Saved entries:
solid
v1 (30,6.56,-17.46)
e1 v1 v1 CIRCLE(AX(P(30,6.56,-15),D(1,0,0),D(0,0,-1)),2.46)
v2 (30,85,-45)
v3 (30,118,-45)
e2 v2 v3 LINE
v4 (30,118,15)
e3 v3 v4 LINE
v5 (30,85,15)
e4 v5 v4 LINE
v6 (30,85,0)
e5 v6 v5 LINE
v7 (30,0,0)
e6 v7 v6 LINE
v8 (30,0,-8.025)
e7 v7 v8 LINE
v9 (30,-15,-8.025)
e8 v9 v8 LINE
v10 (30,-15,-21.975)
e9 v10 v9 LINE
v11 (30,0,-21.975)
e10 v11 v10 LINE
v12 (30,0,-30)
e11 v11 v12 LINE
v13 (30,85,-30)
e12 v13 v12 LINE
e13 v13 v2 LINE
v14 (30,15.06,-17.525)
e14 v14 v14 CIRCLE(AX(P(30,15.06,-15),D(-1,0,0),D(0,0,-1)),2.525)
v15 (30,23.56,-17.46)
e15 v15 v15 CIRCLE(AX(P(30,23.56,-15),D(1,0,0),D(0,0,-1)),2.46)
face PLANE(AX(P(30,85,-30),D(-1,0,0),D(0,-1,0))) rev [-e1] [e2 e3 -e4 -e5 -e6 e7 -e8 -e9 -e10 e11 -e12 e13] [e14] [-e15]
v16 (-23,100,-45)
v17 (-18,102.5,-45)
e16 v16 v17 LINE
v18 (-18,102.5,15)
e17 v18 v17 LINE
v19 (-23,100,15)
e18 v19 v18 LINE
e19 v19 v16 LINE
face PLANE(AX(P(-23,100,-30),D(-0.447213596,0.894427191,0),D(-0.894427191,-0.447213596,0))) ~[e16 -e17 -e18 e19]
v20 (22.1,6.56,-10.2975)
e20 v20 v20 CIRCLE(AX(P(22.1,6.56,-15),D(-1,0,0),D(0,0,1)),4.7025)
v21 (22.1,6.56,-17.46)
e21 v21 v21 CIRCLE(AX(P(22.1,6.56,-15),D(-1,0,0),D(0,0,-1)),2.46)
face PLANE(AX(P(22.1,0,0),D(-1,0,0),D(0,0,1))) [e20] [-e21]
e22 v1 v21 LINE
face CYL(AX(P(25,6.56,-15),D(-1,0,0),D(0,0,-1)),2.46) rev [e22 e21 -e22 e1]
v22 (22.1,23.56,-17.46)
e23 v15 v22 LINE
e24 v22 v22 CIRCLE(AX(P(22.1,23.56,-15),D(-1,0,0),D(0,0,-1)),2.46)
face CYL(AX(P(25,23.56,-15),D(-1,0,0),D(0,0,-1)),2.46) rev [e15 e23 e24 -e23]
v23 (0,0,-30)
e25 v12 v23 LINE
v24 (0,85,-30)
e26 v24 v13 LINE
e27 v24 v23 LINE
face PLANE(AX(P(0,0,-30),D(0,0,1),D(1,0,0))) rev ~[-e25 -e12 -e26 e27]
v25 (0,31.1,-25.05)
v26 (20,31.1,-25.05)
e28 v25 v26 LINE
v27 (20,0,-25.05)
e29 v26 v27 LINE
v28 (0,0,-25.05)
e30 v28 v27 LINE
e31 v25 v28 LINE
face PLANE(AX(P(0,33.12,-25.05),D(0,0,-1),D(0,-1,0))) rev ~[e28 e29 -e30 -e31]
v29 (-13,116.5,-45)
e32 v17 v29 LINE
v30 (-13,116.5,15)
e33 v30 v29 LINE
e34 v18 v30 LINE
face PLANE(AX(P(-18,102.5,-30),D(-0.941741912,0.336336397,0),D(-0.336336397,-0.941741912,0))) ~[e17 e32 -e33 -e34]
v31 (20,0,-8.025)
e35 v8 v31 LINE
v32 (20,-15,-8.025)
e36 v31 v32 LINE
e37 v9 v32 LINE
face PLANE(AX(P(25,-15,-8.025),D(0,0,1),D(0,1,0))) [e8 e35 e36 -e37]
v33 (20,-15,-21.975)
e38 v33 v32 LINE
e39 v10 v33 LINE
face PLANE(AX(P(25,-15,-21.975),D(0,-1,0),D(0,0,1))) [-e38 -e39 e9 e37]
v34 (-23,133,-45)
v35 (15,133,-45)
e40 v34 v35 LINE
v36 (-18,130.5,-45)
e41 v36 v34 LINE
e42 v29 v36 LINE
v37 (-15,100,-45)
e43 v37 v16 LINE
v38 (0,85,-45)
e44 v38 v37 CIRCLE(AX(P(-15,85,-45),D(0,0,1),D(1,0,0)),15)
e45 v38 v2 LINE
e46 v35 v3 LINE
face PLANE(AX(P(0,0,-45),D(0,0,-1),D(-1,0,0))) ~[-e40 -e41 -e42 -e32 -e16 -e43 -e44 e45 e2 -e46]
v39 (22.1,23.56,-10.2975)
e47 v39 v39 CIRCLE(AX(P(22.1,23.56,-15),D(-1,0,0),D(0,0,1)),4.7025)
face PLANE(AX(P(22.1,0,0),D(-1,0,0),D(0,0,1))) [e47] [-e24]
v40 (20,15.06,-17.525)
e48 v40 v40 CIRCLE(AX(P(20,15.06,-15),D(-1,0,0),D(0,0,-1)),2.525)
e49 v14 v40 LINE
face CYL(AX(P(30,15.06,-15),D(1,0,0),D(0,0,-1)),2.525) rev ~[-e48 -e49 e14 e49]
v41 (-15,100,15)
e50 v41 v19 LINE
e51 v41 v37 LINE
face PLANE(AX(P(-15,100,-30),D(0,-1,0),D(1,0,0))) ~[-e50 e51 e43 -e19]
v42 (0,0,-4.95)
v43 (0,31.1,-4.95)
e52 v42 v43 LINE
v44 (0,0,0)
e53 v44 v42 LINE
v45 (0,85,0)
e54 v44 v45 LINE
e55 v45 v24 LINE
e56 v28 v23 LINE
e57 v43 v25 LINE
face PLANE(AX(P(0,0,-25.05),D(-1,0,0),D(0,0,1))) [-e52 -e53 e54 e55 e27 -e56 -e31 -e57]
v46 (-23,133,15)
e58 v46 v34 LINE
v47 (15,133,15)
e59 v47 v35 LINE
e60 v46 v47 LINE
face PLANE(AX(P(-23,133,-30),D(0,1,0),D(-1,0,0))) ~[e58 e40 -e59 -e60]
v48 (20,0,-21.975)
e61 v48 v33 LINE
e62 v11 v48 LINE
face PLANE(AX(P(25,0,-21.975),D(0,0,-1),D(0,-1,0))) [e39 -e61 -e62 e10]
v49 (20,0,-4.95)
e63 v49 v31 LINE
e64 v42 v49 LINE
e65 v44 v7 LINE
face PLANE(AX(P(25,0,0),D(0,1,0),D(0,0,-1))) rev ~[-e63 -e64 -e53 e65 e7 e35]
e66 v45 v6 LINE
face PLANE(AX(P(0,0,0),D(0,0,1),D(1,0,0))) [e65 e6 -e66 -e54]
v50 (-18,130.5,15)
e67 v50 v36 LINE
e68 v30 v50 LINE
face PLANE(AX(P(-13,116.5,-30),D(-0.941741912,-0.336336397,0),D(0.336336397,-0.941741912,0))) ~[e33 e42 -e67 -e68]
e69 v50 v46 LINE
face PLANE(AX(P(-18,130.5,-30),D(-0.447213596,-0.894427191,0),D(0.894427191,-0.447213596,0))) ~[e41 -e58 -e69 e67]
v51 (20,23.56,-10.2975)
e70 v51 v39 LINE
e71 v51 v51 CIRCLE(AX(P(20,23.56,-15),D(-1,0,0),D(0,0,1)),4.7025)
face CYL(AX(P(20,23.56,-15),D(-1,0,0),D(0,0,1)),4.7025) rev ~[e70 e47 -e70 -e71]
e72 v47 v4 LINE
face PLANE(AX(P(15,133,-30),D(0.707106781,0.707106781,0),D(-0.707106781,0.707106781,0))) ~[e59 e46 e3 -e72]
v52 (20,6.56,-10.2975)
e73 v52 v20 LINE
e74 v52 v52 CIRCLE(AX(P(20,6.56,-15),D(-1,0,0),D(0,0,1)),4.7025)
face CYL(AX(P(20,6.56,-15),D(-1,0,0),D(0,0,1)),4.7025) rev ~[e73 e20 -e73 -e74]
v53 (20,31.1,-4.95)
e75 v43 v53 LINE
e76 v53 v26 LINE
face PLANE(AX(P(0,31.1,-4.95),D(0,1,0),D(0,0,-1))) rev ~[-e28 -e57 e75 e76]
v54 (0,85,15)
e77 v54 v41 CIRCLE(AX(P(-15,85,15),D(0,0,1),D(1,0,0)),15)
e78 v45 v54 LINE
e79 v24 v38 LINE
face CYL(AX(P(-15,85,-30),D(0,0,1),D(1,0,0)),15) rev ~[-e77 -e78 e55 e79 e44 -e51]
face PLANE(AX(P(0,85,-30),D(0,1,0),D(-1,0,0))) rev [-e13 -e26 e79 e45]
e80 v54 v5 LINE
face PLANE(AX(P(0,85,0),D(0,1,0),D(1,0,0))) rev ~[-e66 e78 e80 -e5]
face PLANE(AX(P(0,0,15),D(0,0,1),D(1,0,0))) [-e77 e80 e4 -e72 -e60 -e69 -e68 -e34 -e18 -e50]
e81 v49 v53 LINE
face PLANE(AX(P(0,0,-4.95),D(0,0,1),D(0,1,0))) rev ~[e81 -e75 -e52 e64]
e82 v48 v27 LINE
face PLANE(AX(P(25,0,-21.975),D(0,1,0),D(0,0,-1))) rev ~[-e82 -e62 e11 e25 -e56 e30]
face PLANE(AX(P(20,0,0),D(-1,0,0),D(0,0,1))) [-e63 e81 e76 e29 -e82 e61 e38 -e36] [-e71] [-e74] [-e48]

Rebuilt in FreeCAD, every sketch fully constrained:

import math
import FreeCAD as App
import Part
import Sketcher
Q = App.Units.Quantity


def add_polygon(sketch, points):
    """Adds a closed chain of lines whose ends are joined by coincident constraints."""
    first, n = sketch.GeometryCount, len(points)
    for a, b in zip(points, points[1:] + points[:1]):
        sketch.addGeometry(Part.LineSegment(App.Vector(*a, 0), App.Vector(*b, 0)), False)
    for i in range(n):
        sketch.addConstraint(Sketcher.Constraint("Coincident", first + i, 2, first + (i + 1) % n, 1))

doc = App.newDocument("Part")
body = doc.addObject("PartDesign::Body", "Body")

# Sketch on XY plane
sketch1 = body.newObject("Sketcher::SketchObject", "Sketch")
sketch1.AttachmentSupport = (doc.getObject("XY_Plane"), [""])
sketch1.MapMode = "FlatFace"
add_polygon(sketch1, [(0, 40), (0, 0), (25, 0), (25, 40)])  # lines 0-3
sketch1.addConstraint(Sketcher.Constraint("Vertical", 0))
sketch1.addConstraint(Sketcher.Constraint("Horizontal", 1))
sketch1.addConstraint(Sketcher.Constraint("Vertical", 2))
sketch1.addConstraint(Sketcher.Constraint("Horizontal", 3))
sketch1.addConstraint(Sketcher.Constraint("Coincident", 0, 2, -1, 1))
sketch1.addConstraint(Sketcher.Constraint("DistanceX", 1, 1, 1, 2, Q("25 mm")))
sketch1.addConstraint(Sketcher.Constraint("DistanceY", 0, 2, 0, 1, Q("40 mm")))
pad1 = body.newObject("PartDesign::Pad", "Pad")
pad1.Profile = sketch1
pad1.Length = 30
pad1.Reversed = True

# Sketch on YZ plane
sketch2 = body.newObject("Sketcher::SketchObject", "Sketch001")
sketch2.AttachmentSupport = (doc.getObject("YZ_Plane"), [""])
sketch2.MapMode = "FlatFace"
sketch2.AttachmentOffset = App.Placement(App.Vector(0, 0, 25), App.Rotation())
sketch2.addGeometry(Part.Circle(App.Vector(6.6, -15, 0), App.Vector(0, 0, 1), 2.5), False)
sketch2.addConstraint(Sketcher.Constraint("Diameter", 0, Q("4.92 mm")))
sketch2.addConstraint(Sketcher.Constraint("DistanceY", 0, 3, -1, 1, Q("15 mm")))
sketch2.addConstraint(Sketcher.Constraint("DistanceX", -1, 1, 0, 3, Q("6.56 mm")))
pocket1 = body.newObject("PartDesign::Pocket", "Pocket")
pocket1.Profile = sketch2
pocket1.Length = 30

# Sketch on YZ plane
sketch3 = body.newObject("Sketcher::SketchObject", "Sketch002")
sketch3.AttachmentSupport = (doc.getObject("YZ_Plane"), [""])
sketch3.MapMode = "FlatFace"
add_polygon(sketch3, [(0, -25), (0, -5), (33, -5), (33, -25)])  # lines 0-3
sketch3.addConstraint(Sketcher.Constraint("Vertical", 0))
sketch3.addConstraint(Sketcher.Constraint("Horizontal", 1))
sketch3.addConstraint(Sketcher.Constraint("Vertical", 2))
sketch3.addConstraint(Sketcher.Constraint("Horizontal", 3))
sketch3.addConstraint(Sketcher.Constraint("PointOnObject", 0, 2, -2))
sketch3.addConstraint(Sketcher.Constraint("DistanceY", 0, 1, 0, 2, Q("20.1 mm")))
sketch3.addConstraint(Sketcher.Constraint("DistanceX", 1, 1, 1, 2, Q("33.12 mm")))
sketch3.addConstraint(Sketcher.Constraint("DistanceY", 0, 2, -1, 1, Q("4.95 mm")))
pocket2 = body.newObject("PartDesign::Pocket", "Pocket001")
pocket2.Profile = sketch3
pocket2.Length = 20
pocket2.Reversed = True

# Sketch on XZ plane
sketch4 = body.newObject("Sketcher::SketchObject", "Sketch003")
sketch4.AttachmentSupport = (doc.getObject("XZ_Plane"), [""])
sketch4.MapMode = "FlatFace"
add_polygon(sketch4, [(25, -8), (20, -8), (20, -22), (25, -22)])  # lines 0-3
sketch4.addConstraint(Sketcher.Constraint("Horizontal", 0))
sketch4.addConstraint(Sketcher.Constraint("Vertical", 1))
sketch4.addConstraint(Sketcher.Constraint("Horizontal", 2))
sketch4.addConstraint(Sketcher.Constraint("Vertical", 3))
sketch4.addConstraint(Sketcher.Constraint("DistanceY", 1, 2, 1, 1, Q("13.95 mm")))
sketch4.addConstraint(Sketcher.Constraint("DistanceX", 0, 2, 0, 1, Q("5 mm")))
sketch4.addConstraint(Sketcher.Constraint("DistanceX", -1, 1, 0, 2, Q("20 mm")))
sketch4.addConstraint(Sketcher.Constraint("DistanceY", 0, 2, -1, 1, Q("8.025 mm")))
pad2 = body.newObject("PartDesign::Pad", "Pad001")
pad2.Profile = sketch4
pad2.Length = 15

# Sketch on YZ plane
sketch5 = body.newObject("Sketcher::SketchObject", "Sketch004")
sketch5.AttachmentSupport = (doc.getObject("YZ_Plane"), [""])
sketch5.MapMode = "FlatFace"
sketch5.AttachmentOffset = App.Placement(App.Vector(0, 0, 20), App.Rotation())
sketch5.addGeometry(Part.Circle(App.Vector(6.6, -15, 0), App.Vector(0, 0, 1), 4.7), False)
sketch5.addGeometry(Part.Circle(App.Vector(6.6, -15, 0), App.Vector(0, 0, 1), 2.5), False)
sketch5.addConstraint(Sketcher.Constraint("Coincident", 1, 3, 0, 3))
sketch5.addConstraint(Sketcher.Constraint("Diameter", 0, Q("9.405 mm")))
sketch5.addConstraint(Sketcher.Constraint("Diameter", 1, Q("4.92 mm")))
sketch5.addConstraint(Sketcher.Constraint("DistanceY", 0, 3, -1, 1, Q("15 mm")))
sketch5.addConstraint(Sketcher.Constraint("DistanceX", -1, 1, 0, 3, Q("6.56 mm")))
pocket3 = body.newObject("PartDesign::Pocket", "Pocket002")
pocket3.Profile = sketch5
pocket3.Length = 2.1
pocket3.Reversed = True

# Sketch on YZ plane
sketch6 = body.newObject("Sketcher::SketchObject", "Sketch005")
sketch6.AttachmentSupport = (doc.getObject("YZ_Plane"), [""])
sketch6.MapMode = "FlatFace"
sketch6.AttachmentOffset = App.Placement(App.Vector(0, 0, 25), App.Rotation())
sketch6.addGeometry(Part.Circle(App.Vector(23.6, -15, 0), App.Vector(0, 0, 1), 2.5), False)
sketch6.addConstraint(Sketcher.Constraint("Diameter", 0, Q("4.92 mm")))
sketch6.addConstraint(Sketcher.Constraint("DistanceY", 0, 3, -1, 1, Q("15 mm")))
sketch6.addConstraint(Sketcher.Constraint("DistanceX", -1, 1, 0, 3, Q("23.56 mm")))
pocket4 = body.newObject("PartDesign::Pocket", "Pocket003")
pocket4.Profile = sketch6
pocket4.Length = 10

# Sketch on YZ plane
sketch7 = body.newObject("Sketcher::SketchObject", "Sketch006")
sketch7.AttachmentSupport = (doc.getObject("YZ_Plane"), [""])
sketch7.MapMode = "FlatFace"
sketch7.AttachmentOffset = App.Placement(App.Vector(0, 0, 20), App.Rotation())
sketch7.addGeometry(Part.Circle(App.Vector(23.6, -15, 0), App.Vector(0, 0, 1), 4.7), False)
sketch7.addGeometry(Part.Circle(App.Vector(23.6, -15, 0), App.Vector(0, 0, 1), 2.5), False)
sketch7.addConstraint(Sketcher.Constraint("Coincident", 1, 3, 0, 3))
sketch7.addConstraint(Sketcher.Constraint("Diameter", 0, Q("9.405 mm")))
sketch7.addConstraint(Sketcher.Constraint("Diameter", 1, Q("4.92 mm")))
sketch7.addConstraint(Sketcher.Constraint("DistanceY", 0, 3, -1, 1, Q("15 mm")))
sketch7.addConstraint(Sketcher.Constraint("DistanceX", -1, 1, 0, 3, Q("23.56 mm")))
pocket5 = body.newObject("PartDesign::Pocket", "Pocket004")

Task details
From the records above, give again exactly the lines running from the line with "face CYL(AX(P(20,23.56,-15),D(-1,0,0),D(0,0,1)),4.7025) rev" to the line with "e73 v52 v20 LINE", inclusive.

Result
face CYL(AX(P(20,23.56,-15),D(-1,0,0),D(0,0,1)),4.7025) rev ~[e70 e47 -e70 -e71]
e72 v47 v4 LINE
face PLANE(AX(P(15,133,-30),D(0.707106781,0.707106781,0),D(-0.707106781,0.707106781,0))) ~[e59 e46 e3 -e72]
v52 (20,6.56,-10.2975)
e73 v52 v20 LINE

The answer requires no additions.